Trial opens for ex-adviser for Ohio workers’ comp
A U.S. attorney called Mark Lay a ‘manipulator’ and a ‘liar.’
AKRON (AP) — A former adviser for the Ohio Bureau of Workers’ Compensation lied to state officials and manipulated investments that lost $215 million meant for injured workers, the government said Monday as his trial began. The defense said he followed state guidelines.
Mark D. Lay, head of a money management firm, exceeded his investment authority by using high-risk hedge investment funds, Assistant U.S. Attorney Benita Pearson said in opening statements in U.S. District Court.
“It was not Mr. Lay’s money to gamble with,” Pearson said.
Lay was indicted in June on charges of investment advisory fraud, mail fraud, and conspiracy to commit mail and wire fraud as part of an investigation into a wide-reaching bureau investment scandal that reached to the former governor.
Pearson said violating the agreement with the state on how to invest the money was the issue, not the losses. “He’s a manipulator, a liar,” she told jurors.
Lay put state money at risk by using hedge investments with borrowed assets, Pearson said. While such investments can mean big profits, “It also allows your losses to be much bigger,” she said.
Lay’s attorney, Richard Kerger, said the case was about shifting blame for the scandal.
He asked the jury to acquit Lay, founder and chief executive of MDL Capital Investment in Pittsburgh.
“You’re not going to let them pin the blame on Mark Lay,” Kerger predicted.
Kerger said the investments were meant to respond to Lay’s concern expressed to state officials that interest rates could increase, thus making fixed-income bond investments worth less.
Kerger said the higher-risk investments were meant to get bigger profits and avoid the need for a politically unpopular increase in the premiums paid by Ohio employers to the fund for injured workers.
Kerger said the defense would present testimony that showed the investments were appropriate and that Lay had properly reported to the state on investment moves.
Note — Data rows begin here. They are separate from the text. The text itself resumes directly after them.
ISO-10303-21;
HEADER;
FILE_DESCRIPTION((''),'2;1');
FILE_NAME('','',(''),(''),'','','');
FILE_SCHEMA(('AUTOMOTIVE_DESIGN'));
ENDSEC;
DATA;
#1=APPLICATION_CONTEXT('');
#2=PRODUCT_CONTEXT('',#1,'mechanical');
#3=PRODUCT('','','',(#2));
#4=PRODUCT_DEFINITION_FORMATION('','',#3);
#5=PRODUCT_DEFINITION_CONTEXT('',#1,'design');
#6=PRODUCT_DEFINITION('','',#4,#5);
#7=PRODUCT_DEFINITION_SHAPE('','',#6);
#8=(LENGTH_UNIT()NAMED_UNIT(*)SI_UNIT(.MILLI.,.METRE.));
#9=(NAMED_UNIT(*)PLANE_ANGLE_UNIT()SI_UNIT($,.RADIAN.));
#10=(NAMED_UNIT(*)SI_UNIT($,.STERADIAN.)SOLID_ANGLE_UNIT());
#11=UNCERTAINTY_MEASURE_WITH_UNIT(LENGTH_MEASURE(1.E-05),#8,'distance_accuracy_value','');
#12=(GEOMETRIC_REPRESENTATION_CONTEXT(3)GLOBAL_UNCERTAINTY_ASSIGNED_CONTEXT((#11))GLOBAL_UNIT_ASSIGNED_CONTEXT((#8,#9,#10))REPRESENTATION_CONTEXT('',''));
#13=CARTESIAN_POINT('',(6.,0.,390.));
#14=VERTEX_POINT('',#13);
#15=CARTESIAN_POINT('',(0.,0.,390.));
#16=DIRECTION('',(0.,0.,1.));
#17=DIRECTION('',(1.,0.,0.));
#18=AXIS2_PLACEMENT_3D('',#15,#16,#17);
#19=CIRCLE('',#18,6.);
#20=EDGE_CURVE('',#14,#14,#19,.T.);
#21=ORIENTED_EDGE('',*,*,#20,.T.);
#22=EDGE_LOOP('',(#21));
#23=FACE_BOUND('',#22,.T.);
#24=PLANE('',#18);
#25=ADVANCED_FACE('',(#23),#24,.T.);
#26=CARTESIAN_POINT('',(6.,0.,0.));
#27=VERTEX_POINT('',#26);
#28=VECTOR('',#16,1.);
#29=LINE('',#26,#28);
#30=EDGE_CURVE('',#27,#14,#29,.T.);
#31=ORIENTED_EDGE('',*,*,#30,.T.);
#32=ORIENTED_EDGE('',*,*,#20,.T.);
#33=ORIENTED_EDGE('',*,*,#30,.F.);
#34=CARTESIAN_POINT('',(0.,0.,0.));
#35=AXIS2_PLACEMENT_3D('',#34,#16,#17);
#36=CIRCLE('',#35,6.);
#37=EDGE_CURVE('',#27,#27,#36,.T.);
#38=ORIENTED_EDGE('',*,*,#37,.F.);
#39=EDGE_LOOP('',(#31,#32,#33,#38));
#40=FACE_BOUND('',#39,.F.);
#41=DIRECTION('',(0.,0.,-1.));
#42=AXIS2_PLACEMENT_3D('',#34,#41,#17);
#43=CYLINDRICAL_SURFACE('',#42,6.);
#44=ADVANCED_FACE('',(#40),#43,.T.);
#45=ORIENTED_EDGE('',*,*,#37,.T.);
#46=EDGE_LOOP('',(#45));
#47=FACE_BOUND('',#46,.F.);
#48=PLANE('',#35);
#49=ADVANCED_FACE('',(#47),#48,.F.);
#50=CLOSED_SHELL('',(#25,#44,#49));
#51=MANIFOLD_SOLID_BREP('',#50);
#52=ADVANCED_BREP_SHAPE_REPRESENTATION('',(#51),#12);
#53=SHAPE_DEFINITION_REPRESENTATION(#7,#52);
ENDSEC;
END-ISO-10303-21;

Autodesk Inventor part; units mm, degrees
ref_plane "YZ Plane" through (0, 0, 0) normal (1, 0, 0) x (0, 1, 0)
ref_plane "XZ Plane" through (0, 0, 0) normal (0, 1, 0) x (-1, 0, 0)
ref_plane "XY Plane" through (0, 0, 0) normal (0, 0, 1) x (1, 0, 0)
sketch "Sketch1" plane through (0, 0, 0) normal (0, 0, 1) x (1, 0, 0)
  circle A0 centre (0, 0) radius 6
  dimension "d0" = 12
extrude "Extrusion1" add sketch "Sketch1" along normal blind 390
properties part number "Truc phi 12 dai 390"
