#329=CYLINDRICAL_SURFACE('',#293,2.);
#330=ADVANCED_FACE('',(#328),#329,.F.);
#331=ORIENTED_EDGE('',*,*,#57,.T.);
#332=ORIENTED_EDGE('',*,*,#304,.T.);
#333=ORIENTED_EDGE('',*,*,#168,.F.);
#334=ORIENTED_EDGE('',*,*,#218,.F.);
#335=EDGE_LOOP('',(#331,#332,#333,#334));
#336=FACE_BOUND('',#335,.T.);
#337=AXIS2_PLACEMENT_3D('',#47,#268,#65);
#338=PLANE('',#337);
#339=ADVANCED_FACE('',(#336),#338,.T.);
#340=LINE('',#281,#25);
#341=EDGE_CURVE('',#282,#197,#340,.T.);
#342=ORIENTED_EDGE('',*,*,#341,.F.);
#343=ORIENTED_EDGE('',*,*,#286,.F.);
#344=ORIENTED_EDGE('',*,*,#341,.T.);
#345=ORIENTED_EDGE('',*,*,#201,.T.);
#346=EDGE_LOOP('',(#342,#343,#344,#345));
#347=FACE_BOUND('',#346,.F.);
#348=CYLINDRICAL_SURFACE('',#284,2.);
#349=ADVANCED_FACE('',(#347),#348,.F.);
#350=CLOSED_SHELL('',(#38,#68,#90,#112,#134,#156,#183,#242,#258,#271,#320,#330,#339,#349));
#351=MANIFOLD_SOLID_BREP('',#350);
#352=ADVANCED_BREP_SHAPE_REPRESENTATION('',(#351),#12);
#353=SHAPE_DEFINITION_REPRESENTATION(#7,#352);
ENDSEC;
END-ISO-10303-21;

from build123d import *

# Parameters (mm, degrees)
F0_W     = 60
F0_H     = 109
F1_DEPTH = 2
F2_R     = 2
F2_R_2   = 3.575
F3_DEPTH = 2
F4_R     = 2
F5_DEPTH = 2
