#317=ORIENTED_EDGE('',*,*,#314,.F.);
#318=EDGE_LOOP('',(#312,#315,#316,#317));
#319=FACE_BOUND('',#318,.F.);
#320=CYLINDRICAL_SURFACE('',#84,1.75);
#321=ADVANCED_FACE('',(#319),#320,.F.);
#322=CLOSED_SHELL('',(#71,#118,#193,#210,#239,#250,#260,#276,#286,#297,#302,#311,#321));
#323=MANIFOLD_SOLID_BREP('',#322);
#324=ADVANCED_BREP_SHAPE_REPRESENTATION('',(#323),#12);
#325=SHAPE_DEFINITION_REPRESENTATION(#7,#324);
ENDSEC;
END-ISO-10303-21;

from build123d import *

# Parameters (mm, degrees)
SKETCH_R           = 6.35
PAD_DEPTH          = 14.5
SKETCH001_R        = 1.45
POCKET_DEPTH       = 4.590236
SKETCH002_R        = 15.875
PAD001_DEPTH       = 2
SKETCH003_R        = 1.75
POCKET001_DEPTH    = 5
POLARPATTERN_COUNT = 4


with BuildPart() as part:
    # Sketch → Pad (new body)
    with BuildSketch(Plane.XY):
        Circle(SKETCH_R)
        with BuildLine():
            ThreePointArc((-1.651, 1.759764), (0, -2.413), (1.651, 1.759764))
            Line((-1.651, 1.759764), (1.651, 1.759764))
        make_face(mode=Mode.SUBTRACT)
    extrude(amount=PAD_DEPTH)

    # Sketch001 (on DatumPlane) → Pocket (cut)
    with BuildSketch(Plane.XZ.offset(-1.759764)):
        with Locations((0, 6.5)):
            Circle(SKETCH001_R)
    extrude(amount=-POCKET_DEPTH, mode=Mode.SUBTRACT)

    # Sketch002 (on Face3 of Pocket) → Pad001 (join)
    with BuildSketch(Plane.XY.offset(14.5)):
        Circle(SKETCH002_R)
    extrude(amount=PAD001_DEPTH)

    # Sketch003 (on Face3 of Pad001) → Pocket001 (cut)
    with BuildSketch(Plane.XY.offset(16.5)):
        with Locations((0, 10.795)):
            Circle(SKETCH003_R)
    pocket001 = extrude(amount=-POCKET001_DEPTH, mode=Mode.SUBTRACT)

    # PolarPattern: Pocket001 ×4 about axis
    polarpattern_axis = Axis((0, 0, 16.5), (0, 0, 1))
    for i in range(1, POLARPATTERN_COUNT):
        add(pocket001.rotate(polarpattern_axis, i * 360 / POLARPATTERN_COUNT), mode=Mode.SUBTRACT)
Judge David D. Dowd Jr. interrupted Kerger’s comments about an unorthodox $50 million investment in rare coins by the workers’ compensation fund to say “the Bureau of Workers’ Compensation is not on trial, the defendant is on trial.” The judge repeated the warning when Kerger mentioned an upcoming prosecution witness who has been sentenced to prison in the scandal.
The indictment emerged from a case that began with the 2005 revelation that prolific Republican donor Tom Noe was investing state money in rare coins. He’s now serving 18 years in prison for theft and other crimes. Nineteen people have been convicted in the scandal, which rocked state politics.
More than $300 million in losses were reported at the bureau. Former Gov. Bob Taft pleaded no contest to charges that he failed to report golf outings and other gifts on his disclosure forms and was fined $4,000.
In the wake of the scandal, Democrats made significant inroads in the November elections, gaining four of five statewide offices, including the governor’s office, which was wrested from Republican control for the first time in 16 years.
The bureau was the sole investor in the hedge fund that Lay set up in Bermuda, according to the indictment against Lay. He is accused of repeatedly failing to tell bureau officials when questioned beginning in 2004 about the extent of the risks he was taking with the fund.
The bureau paid MDL fees of nearly $1.8 million. Prosecutors are seeking that money back as part of their action against Lay.
If convicted, Lay faces a maximum sentence of 20 years in prison, but would likely receive less time under federal sentencing guidelines.